The combined therapy lasted 19 days and etomidate infusion was discontinued at the 18 mg daily osilodrostat dose. At that time, serum cortisol and UFC were 17.7 µg/dL and 243 µg/24 h, respectively. Unfortunately, UFC rebounded in 48 h to 3493 µg/24 h and, therefore, the osilodrostat dose was increased to 25 mg/day over the next few days. Unexpectedly, over the following days, a marked decline in cortisol serum level (4.4 µg/dL) and UFC (12 µg/24 h) was noted, and the osilodrostat dose was reduced by half. The patient was discharged home in good general condition on a stable dose of osilodrostat (12 mg/day). After 14 days, at the follow-up, morning serum cortisol (14.3 µg/dL), UFC (103 µg/24 h) and potassium level (4.0 mmol/L) were correct and osilodrostat dose remained unchanged.

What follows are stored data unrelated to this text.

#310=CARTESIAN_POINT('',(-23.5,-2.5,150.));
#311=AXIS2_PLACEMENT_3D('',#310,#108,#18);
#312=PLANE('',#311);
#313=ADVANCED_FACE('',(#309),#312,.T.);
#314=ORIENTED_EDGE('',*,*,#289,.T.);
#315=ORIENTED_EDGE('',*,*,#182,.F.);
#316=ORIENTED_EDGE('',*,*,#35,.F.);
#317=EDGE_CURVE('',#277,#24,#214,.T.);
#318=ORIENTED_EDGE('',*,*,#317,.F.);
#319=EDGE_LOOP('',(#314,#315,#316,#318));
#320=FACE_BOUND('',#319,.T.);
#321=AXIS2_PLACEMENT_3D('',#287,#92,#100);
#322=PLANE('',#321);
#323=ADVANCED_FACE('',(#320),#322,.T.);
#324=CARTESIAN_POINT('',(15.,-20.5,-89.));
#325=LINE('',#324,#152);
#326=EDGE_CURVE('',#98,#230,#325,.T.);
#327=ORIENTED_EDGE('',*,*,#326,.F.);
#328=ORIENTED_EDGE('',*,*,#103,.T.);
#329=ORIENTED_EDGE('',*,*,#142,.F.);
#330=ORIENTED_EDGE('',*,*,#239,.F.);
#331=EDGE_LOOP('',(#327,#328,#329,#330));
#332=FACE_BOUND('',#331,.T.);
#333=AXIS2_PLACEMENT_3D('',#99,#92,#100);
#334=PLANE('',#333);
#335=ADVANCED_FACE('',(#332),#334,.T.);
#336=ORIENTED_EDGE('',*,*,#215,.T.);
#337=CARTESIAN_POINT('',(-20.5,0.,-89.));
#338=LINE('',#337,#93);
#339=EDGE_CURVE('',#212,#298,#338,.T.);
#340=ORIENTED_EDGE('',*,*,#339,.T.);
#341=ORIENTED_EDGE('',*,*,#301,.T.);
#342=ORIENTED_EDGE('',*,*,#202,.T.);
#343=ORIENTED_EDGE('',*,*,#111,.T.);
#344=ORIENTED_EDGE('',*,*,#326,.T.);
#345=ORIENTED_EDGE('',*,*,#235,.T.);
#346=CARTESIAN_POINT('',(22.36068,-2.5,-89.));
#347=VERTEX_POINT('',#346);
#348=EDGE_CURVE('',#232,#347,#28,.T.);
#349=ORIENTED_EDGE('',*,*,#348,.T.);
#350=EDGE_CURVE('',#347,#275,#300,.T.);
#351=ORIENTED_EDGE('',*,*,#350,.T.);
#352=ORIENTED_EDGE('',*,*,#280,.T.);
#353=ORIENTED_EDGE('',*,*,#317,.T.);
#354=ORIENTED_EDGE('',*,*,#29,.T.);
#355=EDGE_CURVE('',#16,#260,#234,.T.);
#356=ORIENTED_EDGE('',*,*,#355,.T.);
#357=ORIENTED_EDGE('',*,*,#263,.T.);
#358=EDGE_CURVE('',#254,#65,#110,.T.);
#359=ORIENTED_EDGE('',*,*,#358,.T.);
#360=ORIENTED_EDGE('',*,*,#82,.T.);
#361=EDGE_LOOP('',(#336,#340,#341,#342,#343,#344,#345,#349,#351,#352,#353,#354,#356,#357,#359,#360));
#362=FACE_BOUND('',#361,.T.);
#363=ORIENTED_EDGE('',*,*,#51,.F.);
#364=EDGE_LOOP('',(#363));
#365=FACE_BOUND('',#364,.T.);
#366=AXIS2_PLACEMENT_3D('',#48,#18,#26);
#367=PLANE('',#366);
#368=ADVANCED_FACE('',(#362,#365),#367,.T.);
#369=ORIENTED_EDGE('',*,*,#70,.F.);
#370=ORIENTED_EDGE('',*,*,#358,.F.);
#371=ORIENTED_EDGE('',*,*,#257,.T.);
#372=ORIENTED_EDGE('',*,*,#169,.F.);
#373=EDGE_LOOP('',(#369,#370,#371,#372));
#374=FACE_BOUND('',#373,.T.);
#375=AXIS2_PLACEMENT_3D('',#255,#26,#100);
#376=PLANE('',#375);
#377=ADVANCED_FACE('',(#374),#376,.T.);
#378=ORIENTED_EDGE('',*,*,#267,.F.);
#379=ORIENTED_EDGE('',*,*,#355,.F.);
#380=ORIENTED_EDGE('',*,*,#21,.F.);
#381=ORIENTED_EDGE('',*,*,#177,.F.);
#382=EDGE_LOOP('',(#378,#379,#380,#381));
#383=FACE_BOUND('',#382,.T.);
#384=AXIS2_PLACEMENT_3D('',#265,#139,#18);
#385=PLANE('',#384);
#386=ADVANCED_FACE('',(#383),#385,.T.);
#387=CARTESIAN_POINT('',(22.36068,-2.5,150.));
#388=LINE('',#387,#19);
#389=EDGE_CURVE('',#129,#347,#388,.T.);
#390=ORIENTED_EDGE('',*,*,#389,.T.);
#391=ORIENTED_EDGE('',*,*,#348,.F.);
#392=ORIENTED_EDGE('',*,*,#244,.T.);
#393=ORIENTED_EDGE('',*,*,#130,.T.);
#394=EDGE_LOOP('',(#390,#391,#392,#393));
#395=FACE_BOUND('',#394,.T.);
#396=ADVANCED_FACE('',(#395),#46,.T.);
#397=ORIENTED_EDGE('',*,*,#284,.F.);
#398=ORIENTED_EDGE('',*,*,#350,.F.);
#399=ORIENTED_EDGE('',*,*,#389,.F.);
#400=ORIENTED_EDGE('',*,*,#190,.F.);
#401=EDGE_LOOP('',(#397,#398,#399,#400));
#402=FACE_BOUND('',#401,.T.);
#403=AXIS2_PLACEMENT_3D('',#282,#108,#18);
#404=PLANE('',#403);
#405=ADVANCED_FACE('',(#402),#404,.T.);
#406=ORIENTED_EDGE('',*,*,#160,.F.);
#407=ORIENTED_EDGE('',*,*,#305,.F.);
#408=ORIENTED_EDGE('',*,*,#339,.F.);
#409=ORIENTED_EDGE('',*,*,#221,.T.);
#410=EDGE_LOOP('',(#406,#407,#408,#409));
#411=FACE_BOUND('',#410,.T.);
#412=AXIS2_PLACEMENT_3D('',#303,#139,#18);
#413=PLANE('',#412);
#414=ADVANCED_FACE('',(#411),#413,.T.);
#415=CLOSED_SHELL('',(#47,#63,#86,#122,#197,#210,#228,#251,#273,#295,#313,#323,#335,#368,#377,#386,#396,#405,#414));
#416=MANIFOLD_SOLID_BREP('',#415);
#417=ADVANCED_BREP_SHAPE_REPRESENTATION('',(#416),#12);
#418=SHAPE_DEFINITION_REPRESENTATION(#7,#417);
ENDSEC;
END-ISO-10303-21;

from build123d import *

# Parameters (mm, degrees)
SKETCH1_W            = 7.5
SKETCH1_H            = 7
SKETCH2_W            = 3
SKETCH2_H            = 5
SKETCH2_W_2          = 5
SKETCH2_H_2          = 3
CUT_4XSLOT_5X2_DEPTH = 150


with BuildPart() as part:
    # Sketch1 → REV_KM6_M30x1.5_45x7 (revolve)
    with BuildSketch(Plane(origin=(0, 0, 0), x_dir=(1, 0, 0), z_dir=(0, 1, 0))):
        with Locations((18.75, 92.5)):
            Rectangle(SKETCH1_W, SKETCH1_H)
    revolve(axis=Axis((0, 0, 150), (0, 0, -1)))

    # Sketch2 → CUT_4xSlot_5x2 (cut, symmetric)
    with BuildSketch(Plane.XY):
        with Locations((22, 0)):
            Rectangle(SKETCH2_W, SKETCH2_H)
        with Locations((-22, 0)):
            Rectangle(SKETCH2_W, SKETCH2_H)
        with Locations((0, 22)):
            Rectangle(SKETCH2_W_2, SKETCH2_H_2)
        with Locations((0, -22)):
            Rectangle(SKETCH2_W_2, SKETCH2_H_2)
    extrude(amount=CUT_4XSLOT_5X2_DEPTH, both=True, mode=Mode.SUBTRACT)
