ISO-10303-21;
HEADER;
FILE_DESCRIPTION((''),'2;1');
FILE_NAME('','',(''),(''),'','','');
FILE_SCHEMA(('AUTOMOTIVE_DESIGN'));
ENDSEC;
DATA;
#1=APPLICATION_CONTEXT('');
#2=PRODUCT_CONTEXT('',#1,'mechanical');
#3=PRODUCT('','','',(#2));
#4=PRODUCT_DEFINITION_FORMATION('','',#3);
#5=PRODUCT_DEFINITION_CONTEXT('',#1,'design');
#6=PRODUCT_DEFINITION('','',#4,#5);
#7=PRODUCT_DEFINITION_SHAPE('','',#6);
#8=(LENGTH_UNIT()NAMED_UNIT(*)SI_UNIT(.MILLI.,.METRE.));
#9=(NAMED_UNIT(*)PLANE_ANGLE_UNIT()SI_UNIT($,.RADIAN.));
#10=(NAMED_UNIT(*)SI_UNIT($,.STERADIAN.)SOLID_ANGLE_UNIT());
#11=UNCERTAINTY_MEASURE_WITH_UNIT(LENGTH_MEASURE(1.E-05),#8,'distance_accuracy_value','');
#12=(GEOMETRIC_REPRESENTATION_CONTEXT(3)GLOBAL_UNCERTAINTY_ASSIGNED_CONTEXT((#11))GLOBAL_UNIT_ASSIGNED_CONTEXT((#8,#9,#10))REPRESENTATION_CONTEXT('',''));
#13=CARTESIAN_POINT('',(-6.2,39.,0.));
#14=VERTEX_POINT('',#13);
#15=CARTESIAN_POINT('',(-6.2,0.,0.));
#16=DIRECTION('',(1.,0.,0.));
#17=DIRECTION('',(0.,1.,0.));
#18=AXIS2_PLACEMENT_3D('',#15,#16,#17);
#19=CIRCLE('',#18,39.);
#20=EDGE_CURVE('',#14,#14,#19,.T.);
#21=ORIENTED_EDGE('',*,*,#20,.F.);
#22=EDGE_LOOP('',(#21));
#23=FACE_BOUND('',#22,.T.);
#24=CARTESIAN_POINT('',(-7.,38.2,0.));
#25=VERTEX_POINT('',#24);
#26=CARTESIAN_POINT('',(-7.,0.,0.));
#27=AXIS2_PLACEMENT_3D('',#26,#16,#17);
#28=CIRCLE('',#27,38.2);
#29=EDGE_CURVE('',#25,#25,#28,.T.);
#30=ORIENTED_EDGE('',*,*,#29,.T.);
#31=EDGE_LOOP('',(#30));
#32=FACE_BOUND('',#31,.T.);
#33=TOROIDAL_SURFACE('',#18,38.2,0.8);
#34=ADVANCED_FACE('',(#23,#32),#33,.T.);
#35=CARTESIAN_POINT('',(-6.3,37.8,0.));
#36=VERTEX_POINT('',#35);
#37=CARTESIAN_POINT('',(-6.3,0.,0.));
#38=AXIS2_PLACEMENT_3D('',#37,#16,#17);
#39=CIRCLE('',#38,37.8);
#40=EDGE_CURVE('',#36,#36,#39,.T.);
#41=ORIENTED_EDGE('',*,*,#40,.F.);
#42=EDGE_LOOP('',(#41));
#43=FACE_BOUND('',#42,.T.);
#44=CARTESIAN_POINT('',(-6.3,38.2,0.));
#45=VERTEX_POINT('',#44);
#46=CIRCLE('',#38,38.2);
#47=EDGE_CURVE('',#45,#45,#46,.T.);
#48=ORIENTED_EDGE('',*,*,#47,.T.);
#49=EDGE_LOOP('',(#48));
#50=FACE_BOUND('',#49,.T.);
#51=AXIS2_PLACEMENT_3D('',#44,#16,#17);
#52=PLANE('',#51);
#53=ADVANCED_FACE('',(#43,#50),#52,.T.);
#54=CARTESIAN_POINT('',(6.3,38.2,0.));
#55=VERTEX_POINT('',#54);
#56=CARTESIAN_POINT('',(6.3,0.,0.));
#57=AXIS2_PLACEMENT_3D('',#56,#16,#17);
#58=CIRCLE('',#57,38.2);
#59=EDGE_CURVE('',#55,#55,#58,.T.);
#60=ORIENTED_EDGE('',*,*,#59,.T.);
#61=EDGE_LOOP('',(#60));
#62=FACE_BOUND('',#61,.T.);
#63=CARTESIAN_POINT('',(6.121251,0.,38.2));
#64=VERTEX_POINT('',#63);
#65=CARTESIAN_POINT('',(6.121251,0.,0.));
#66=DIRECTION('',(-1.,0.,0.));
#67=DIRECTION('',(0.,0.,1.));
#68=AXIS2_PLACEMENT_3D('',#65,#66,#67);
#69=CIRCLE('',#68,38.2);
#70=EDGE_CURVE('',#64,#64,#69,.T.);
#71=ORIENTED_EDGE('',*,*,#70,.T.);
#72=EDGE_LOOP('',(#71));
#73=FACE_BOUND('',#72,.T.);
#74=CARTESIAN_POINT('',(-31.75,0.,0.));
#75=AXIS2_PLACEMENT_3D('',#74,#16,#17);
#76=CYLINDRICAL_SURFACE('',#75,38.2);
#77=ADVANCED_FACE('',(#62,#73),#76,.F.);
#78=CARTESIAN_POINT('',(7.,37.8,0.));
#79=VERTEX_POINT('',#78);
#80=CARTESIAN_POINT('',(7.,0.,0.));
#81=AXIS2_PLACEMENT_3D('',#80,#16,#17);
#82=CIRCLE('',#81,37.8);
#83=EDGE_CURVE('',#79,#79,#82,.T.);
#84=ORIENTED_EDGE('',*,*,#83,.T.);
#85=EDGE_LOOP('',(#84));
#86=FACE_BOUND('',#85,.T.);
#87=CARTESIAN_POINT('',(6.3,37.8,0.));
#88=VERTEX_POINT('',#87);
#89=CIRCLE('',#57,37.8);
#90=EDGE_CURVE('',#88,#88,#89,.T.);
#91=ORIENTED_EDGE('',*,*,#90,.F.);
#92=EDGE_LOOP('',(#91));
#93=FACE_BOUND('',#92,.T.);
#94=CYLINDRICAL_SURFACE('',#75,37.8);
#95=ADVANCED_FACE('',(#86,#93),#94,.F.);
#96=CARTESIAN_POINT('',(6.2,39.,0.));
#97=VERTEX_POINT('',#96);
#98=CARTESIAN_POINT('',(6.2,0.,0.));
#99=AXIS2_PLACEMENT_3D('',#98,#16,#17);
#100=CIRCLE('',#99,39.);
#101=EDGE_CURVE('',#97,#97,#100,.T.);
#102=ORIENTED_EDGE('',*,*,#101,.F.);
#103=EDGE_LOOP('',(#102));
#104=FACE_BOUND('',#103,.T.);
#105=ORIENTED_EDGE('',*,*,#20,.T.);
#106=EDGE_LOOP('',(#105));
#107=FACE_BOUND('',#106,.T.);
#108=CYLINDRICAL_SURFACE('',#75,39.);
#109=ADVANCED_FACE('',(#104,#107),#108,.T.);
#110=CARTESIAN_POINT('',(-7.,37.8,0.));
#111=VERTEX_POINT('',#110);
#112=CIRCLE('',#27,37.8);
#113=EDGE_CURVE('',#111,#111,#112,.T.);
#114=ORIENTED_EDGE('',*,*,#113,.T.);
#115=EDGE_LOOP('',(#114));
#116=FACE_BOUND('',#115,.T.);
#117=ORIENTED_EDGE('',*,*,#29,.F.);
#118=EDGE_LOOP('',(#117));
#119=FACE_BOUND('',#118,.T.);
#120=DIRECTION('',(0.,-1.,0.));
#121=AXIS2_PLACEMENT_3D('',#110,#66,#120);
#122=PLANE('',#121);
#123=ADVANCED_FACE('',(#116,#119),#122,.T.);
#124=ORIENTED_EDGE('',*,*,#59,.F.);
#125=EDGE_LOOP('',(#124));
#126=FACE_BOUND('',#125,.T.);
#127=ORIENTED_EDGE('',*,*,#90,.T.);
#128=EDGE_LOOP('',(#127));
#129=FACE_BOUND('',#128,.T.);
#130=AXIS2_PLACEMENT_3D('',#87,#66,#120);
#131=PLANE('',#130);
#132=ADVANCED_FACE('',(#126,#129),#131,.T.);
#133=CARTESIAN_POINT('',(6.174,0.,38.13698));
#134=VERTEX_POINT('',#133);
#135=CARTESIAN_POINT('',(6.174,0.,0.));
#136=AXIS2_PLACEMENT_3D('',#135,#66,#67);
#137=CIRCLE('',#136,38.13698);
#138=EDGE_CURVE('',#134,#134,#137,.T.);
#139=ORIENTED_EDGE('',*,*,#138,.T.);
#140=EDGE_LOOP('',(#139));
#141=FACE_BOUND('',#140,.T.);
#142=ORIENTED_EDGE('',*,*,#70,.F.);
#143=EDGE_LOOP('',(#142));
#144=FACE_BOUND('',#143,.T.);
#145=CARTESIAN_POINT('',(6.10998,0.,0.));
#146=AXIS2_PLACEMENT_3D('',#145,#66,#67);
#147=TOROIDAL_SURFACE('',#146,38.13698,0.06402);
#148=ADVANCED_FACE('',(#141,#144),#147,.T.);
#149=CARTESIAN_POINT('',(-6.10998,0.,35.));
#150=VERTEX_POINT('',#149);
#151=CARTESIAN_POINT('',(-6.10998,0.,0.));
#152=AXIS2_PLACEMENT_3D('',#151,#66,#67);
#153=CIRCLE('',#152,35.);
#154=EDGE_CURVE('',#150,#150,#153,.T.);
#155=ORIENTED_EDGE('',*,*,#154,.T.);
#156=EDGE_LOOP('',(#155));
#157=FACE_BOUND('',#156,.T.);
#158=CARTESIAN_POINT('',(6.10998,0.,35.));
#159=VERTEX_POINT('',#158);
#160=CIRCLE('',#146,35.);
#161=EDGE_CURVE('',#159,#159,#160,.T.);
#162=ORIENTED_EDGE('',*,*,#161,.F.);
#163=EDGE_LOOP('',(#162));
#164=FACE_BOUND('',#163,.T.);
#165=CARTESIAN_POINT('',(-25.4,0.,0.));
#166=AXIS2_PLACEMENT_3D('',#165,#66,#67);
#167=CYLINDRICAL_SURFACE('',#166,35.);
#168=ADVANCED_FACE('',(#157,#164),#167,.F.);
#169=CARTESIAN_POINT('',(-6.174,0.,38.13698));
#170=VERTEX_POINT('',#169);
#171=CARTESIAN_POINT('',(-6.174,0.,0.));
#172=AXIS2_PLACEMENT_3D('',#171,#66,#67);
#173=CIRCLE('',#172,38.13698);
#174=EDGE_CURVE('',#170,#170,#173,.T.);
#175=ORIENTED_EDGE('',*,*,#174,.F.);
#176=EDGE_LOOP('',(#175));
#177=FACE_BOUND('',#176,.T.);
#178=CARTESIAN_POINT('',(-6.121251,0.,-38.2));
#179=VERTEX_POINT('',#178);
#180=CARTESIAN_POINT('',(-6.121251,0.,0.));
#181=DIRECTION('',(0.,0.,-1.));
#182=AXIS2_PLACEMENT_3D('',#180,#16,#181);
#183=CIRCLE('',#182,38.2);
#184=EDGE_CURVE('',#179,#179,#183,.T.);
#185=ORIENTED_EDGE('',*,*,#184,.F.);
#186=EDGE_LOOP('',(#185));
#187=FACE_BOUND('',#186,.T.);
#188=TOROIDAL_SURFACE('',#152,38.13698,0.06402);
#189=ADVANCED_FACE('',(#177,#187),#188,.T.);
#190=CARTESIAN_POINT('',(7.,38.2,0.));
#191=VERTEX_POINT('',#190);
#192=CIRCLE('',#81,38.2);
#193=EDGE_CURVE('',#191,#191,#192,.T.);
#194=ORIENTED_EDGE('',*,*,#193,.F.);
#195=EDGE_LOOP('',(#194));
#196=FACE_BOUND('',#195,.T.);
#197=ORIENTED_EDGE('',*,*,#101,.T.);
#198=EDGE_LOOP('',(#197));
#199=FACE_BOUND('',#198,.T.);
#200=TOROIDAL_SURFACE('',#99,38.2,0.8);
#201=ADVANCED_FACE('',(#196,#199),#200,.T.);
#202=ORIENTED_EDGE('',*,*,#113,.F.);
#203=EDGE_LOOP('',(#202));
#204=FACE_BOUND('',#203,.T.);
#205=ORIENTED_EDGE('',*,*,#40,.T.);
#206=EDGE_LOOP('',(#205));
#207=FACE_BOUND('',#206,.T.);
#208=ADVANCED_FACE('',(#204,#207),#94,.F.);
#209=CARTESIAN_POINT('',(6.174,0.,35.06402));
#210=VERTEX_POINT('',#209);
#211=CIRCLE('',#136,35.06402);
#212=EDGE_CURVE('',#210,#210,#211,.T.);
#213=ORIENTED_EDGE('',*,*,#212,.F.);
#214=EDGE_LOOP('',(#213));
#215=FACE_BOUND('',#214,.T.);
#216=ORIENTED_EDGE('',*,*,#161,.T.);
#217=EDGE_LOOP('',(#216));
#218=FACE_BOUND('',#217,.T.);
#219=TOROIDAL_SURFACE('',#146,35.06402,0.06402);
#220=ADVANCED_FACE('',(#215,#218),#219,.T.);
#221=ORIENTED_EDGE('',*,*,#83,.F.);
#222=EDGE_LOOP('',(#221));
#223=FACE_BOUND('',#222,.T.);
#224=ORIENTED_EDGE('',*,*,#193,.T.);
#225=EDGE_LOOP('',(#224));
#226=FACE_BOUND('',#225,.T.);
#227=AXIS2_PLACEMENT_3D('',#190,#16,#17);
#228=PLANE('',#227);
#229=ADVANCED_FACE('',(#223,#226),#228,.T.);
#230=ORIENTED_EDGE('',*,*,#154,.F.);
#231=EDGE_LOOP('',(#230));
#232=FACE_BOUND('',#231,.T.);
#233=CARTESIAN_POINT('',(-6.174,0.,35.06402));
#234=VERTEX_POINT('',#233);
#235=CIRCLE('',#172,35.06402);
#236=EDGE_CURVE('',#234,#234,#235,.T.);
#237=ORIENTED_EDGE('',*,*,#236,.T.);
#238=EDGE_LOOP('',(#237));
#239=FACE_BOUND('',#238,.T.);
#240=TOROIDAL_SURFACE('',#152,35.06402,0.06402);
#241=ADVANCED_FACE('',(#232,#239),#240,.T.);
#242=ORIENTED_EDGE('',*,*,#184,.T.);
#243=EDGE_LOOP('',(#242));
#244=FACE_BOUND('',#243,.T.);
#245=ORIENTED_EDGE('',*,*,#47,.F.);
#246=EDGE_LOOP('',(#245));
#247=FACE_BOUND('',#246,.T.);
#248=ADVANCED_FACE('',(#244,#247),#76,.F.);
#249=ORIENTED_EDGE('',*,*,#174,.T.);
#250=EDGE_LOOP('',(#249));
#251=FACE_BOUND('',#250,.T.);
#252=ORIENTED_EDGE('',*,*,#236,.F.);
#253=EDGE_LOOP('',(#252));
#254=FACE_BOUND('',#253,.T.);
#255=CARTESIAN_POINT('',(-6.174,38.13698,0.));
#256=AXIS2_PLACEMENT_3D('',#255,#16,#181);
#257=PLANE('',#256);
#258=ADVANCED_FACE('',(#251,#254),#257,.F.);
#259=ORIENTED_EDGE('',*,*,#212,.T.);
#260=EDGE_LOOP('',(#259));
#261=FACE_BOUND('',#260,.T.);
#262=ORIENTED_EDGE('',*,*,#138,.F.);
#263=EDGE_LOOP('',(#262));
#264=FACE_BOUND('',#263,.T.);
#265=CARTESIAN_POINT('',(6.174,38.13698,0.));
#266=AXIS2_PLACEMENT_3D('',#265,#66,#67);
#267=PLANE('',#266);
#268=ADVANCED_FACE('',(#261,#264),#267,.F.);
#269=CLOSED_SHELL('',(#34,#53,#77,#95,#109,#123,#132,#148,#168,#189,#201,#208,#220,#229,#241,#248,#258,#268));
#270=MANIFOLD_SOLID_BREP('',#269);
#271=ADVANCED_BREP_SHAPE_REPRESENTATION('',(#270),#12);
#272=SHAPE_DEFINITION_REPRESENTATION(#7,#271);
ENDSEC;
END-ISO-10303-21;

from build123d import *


with BuildPart() as part:
    # InnRacSke → Race (revolve)
    with BuildSketch(Plane.XY):
        with BuildLine():
            Line((-6.3, 37.8), (-7, 37.8))
            Line((-7, 37.8), (-7, 38.2))
            ThreePointArc((-7, 38.2), (-6.765685425, 38.765685425), (-6.2, 39))
            Line((-6.2, 39), (6.2, 39))
            ThreePointArc((6.2, 39), (6.765685425, 38.765685425), (7, 38.2))
            Line((7, 38.2), (7, 37.8))
            Line((7, 37.8), (6.3, 37.8))
            Line((6.3, 37.8), (6.3, 38.2))
            Line((6.3, 38.2), (-6.3, 38.2))
            Line((-6.3, 38.2), (-6.3, 37.8))
        make_face()
    revolve(axis=Axis((-31.75, 0, 0), (1, 0, 0)))

    # RolSimSke → RollersSimplified (revolve)
    with BuildSketch(Plane.XY):
        with BuildLine():
            Line((-6.10998, 38.201), (6.10998, 38.201))
            ThreePointArc((6.10998, 38.201), (6.155248976, 38.182248976), (6.174, 38.13698))
            Line((6.174, 38.13698), (6.174, 35.06402))
            ThreePointArc((6.174, 35.06402), (6.155248976, 35.018751024), (6.10998, 35))
            Line((6.10998, 35), (-6.10998, 35))
            ThreePointArc((-6.10998, 35), (-6.155248976, 35.018751024), (-6.174, 35.06402))
            Line((-6.174, 35.06402), (-6.174, 38.13698))
            ThreePointArc((-6.174, 38.13698), (-6.155248976, 38.182248976), (-6.10998, 38.201))
        make_face()
    revolve(axis=Axis((-25.4, 0, 0), (1, 0, 0)))


solid = part.part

There was also a notable decrease in testosterone and DHEA-S levels during the hospitalization. An increase in testosterone concentration may be expected while using osilodrostat because of compensatory ACTH stimulation and shift from corticosteroid to androgen synthesis [19, 40]. Probably, this concerned the etomidate effect on the activity of other adrenal steroidogenesis enzymes [15, 16]. Some data suggest that higher doses of osilodrostat may affect the 17α-hydroxylase/17,20-lyase activity leading to decreased adrenal androgens synthesis [19, 40]. However, at the follow-up, testosterone level notably increased (6.06 nmol/L), most likely as an osilodrostat side effect in the mechanism described above.

Possibly, the starting dose of osilodrostat in the presented patient could have been higher, with more rapid dose titration: that is, either we should have introduced etomidate earlier or increased its flow more quickly. However, that would have required the “block and replace” strategy, which should be reserved for the most severe and life-threatening cases of hypercortisolemia as in the previously mentioned case reported by Bessiène et al. [2, 23]. In addition, there are no supporting data on the superiority of such a regimen over the “titration strategy” in less severe cases. Furthermore, in the days following the combined treatment, we observed an improvement in the general condition of the patient, which reflected a gradual improvement in hypercortisolemia. Despite the longer time of hypercortisolemia normalization through combination therapy, we were able to balance the level of cortisol with the minimum risk of adrenal insufficiency in non-ICU conditions. Slower hypercortisolemia control also allows the patient to adjust to lower levels of cortisol and to let the receptors regain normal sensitivity [7].

Conclusions

In conclusion, combined therapy with osilodrostat and etomidate was well tolerated and highly effective in controlling ACTH-dependent SH and provides an alternative to the current therapeutic regimens. This strategy enabled us to reduce the risk of medication side effects and control the level of cortisol with minimized risk of adrenal insufficiency in non-ICU conditions, despite the longer time of hypercortisolemia normalization. Complementary observations are needed to confirm the efficacy and safety of the above therapeutic approach in SH management and to establish optimal starting doses and cross-titration strategy of osilodrostat and etomidate.